We've currently got 1.22 MB download, 0.22 upload...


----------



## Nonnamags (Jan 10, 2013)

Hmmmmm.....I'm confused! Maybe if it's all on telecinco, it'll be ok...

Thank you everyone for all your kind help. Spain is infuriating at times, especially in these wilds....Ha!


----------



## Nonnamags (Jan 10, 2013)

I've just clicked on an advert for UKAWAY....£30.00 a year for Iplayer??? Would this work does anyone know? It uses a VPN so probably not legal I assume, but grateful for any experience...


----------



## thrax (Nov 13, 2008)

gus-lopez said:


> That's ok if your spanish tv works but unfortunately mine doesn't. So thgat's no tv whatsoever!
> 
> 
> 
> nonnamags, you cannot legally get sky in spain ( or any other country) You'll have to use a UK address that does not already have a sky subscription.


Not strictly true; SKY generally don't care how many accounts are registered at an address as long as the money comes in. But you do have to have a UK address to get an account. You won't get the UK terrestrial channels via SKY unless you get a HD SKY + box with wifi connection, then you can use SKY on demand and watch the BBC, ITV etc albeit a few minutes later than scheduled...


----------



## gus-lopez (Jan 4, 2010)

thrax said:


> Not strictly true; SKY generally don't care how many accounts are registered at an address as long as the money comes in. But you do have to have a UK address to get an account. You won't get the UK terrestrial channels via SKY unless you get a HD SKY + box with wifi connection, then you can use SKY on demand and watch the BBC, ITV etc albeit a few minutes later than scheduled...


+ a dish big enough to receive it !


----------



## Alcalaina (Aug 6, 2010)

Nonnamags said:


> I've just clicked on an advert for UKAWAY....£30.00 a year for Iplayer??? Would this work does anyone know?

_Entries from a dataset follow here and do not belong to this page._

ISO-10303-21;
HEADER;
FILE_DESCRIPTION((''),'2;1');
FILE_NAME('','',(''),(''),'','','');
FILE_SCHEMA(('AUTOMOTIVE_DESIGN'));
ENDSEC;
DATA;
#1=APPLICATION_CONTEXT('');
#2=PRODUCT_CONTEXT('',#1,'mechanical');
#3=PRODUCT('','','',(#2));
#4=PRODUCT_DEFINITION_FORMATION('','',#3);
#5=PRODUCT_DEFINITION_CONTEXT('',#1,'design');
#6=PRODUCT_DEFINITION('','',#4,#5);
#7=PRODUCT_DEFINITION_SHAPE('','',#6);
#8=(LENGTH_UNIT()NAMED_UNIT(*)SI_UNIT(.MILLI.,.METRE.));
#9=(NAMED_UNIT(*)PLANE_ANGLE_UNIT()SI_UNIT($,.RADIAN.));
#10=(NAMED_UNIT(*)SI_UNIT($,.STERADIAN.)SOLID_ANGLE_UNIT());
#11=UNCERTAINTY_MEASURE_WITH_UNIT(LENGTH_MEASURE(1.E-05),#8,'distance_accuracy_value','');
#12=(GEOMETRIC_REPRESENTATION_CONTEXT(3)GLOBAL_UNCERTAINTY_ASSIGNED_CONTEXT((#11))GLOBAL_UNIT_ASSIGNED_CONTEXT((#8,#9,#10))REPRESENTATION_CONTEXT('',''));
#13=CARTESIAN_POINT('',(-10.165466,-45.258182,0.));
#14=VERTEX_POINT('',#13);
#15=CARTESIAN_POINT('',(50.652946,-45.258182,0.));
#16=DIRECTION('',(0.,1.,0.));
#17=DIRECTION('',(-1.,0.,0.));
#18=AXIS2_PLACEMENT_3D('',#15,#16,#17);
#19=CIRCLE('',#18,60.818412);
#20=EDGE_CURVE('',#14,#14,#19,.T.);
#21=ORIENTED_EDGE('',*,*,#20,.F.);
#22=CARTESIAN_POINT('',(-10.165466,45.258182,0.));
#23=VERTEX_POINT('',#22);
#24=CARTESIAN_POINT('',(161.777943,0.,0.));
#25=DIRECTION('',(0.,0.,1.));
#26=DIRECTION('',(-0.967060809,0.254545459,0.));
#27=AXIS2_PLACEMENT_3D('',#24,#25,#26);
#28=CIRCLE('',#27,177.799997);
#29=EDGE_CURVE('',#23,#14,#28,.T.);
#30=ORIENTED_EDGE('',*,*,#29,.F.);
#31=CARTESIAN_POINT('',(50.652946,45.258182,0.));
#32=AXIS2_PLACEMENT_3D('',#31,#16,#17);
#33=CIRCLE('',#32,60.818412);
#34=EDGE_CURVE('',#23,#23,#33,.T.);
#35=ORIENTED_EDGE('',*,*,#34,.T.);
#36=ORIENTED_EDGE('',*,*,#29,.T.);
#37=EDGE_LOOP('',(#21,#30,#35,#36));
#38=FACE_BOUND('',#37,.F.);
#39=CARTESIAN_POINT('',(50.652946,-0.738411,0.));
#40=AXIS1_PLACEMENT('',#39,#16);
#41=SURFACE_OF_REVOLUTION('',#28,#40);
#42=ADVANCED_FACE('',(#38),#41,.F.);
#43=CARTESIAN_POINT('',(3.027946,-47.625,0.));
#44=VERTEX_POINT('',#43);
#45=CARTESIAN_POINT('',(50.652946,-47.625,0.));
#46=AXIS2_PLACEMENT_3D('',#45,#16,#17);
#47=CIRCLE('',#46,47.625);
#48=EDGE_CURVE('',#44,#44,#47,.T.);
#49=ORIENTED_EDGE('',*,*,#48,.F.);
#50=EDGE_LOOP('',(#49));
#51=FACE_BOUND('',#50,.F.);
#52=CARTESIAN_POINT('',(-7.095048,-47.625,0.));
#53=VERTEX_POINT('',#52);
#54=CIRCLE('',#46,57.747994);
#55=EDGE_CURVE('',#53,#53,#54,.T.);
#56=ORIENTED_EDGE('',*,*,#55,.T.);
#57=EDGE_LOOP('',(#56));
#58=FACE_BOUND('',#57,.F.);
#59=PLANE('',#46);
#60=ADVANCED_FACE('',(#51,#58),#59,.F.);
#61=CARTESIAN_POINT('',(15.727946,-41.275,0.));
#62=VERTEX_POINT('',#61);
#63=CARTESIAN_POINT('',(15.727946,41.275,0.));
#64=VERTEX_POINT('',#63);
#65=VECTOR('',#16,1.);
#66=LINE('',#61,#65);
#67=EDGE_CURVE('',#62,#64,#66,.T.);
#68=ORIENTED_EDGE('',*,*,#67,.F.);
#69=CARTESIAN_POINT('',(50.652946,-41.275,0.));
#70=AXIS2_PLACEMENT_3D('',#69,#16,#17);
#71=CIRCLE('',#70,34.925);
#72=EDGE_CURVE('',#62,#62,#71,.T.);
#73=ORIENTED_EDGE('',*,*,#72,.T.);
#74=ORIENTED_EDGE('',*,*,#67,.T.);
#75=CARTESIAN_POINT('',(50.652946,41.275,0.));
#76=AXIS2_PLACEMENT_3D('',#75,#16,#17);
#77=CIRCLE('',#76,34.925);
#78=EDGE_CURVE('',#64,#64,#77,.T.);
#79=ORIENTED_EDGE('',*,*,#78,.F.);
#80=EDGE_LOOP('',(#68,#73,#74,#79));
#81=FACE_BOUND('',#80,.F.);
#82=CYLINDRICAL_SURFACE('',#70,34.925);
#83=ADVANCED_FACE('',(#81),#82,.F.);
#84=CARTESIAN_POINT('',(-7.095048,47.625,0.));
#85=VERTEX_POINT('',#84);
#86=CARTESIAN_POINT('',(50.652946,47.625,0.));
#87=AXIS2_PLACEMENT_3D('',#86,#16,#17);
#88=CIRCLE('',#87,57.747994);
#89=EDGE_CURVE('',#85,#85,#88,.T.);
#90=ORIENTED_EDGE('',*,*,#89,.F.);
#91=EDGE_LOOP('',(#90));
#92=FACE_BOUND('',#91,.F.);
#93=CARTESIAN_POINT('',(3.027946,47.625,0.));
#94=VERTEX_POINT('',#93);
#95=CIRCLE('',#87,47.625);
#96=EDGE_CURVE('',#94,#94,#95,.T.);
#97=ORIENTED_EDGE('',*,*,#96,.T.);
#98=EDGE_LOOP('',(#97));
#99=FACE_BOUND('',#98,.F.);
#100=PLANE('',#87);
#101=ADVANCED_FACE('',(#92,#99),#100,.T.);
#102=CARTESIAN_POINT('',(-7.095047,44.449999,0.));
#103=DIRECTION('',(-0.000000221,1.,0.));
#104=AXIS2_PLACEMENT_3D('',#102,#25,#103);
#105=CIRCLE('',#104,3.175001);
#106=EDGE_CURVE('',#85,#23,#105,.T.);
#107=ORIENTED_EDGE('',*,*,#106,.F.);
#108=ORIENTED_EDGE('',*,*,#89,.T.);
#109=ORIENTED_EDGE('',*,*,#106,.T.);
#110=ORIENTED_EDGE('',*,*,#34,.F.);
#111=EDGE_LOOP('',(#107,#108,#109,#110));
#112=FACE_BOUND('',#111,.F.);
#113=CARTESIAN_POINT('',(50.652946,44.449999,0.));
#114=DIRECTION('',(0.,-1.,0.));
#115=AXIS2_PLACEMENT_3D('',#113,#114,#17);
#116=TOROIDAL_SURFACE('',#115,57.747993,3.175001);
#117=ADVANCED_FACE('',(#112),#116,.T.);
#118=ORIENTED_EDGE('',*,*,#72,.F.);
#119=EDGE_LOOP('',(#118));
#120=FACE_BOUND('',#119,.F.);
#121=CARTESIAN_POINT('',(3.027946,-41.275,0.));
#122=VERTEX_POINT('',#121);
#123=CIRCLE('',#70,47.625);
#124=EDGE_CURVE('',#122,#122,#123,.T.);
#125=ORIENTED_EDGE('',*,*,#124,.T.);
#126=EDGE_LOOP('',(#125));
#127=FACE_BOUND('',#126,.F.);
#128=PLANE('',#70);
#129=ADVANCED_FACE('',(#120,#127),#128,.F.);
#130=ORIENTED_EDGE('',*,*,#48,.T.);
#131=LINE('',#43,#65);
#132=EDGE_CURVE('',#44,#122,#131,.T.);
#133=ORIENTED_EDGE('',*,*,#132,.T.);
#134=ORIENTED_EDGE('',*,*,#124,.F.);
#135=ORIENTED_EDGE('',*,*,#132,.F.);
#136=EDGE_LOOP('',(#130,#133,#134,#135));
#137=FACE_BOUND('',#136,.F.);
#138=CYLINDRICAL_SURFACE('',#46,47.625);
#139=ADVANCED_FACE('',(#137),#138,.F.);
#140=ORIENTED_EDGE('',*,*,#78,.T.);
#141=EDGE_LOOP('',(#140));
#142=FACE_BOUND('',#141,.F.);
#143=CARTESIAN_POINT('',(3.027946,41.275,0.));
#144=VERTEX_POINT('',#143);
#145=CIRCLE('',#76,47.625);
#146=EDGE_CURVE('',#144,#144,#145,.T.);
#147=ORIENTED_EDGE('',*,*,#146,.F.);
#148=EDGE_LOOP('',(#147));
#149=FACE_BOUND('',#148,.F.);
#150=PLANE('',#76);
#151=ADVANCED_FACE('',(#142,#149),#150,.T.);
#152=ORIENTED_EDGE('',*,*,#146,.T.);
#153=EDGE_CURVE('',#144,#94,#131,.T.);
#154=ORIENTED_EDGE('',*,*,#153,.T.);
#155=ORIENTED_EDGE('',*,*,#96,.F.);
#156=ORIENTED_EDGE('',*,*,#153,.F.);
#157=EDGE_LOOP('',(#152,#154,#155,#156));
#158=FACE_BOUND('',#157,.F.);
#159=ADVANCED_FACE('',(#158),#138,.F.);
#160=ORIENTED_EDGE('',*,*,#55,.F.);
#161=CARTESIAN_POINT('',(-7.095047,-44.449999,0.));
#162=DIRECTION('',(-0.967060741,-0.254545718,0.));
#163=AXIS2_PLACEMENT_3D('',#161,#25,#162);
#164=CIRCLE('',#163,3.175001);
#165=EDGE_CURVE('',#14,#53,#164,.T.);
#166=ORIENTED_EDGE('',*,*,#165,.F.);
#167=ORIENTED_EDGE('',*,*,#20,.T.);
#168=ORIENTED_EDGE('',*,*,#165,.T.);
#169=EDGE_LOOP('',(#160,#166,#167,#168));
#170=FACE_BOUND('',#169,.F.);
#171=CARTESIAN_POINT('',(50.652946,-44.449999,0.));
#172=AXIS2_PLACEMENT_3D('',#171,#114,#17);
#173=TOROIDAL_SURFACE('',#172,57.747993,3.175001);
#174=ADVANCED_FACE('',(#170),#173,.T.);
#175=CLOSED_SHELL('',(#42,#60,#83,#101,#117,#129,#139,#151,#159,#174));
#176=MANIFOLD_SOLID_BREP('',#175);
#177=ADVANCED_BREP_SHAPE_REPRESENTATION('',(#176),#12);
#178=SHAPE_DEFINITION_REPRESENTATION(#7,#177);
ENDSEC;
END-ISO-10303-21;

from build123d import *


with BuildPart() as f1:
    # F0 (on Top) → F1 (revolve)
    with BuildSketch(Plane.XY):
        with BuildLine():
            Line((3.027946, 47.625), (-7.095048, 47.625))
            ThreePointArc((-7.095048, 47.625), (-9.03343, 46.964617), (-10.165466, 45.258182))
            ThreePointArc((-10.165466, 45.258182), (-16.022054, 0), (-10.165466, -45.258182))
            ThreePointArc((-10.165466, -45.258182), (-9.03343, -46.964617), (-7.095048, -47.625))
            Line((-7.095048, -47.625), (3.027946, -47.625))
            Line((3.027946, -47.625), (3.027946, -41.275))
            Line((3.027946, -41.275), (3.027946, 41.275))
            Line((3.027946, 41.275), (3.027946, 47.625))
        make_face()
        Polygon((15.727946, 41.275), (3.027946, 41.275), (3.027946, -41.275), (15.727946, -41.275), (15.727946, -1.476823), (15.727946, 0), align=None)
    revolve(axis=Axis((50.652946, -0.738411, 0), (0, 1, 0)))


solid = f1.part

It uses a VPN so probably not legal I assume, but grateful for any experience...


It should work if you have 3 mbps, but you'll have the same problem in that it will quickly eat into your download limit.


----------



## Aron (Apr 30, 2013)

Nonnamags said:


> I've just clicked on an advert for UKAWAY....£30.00 a year for Iplayer??? Would this work does anyone know? It uses a VPN so probably not legal I assume, but grateful for any experience...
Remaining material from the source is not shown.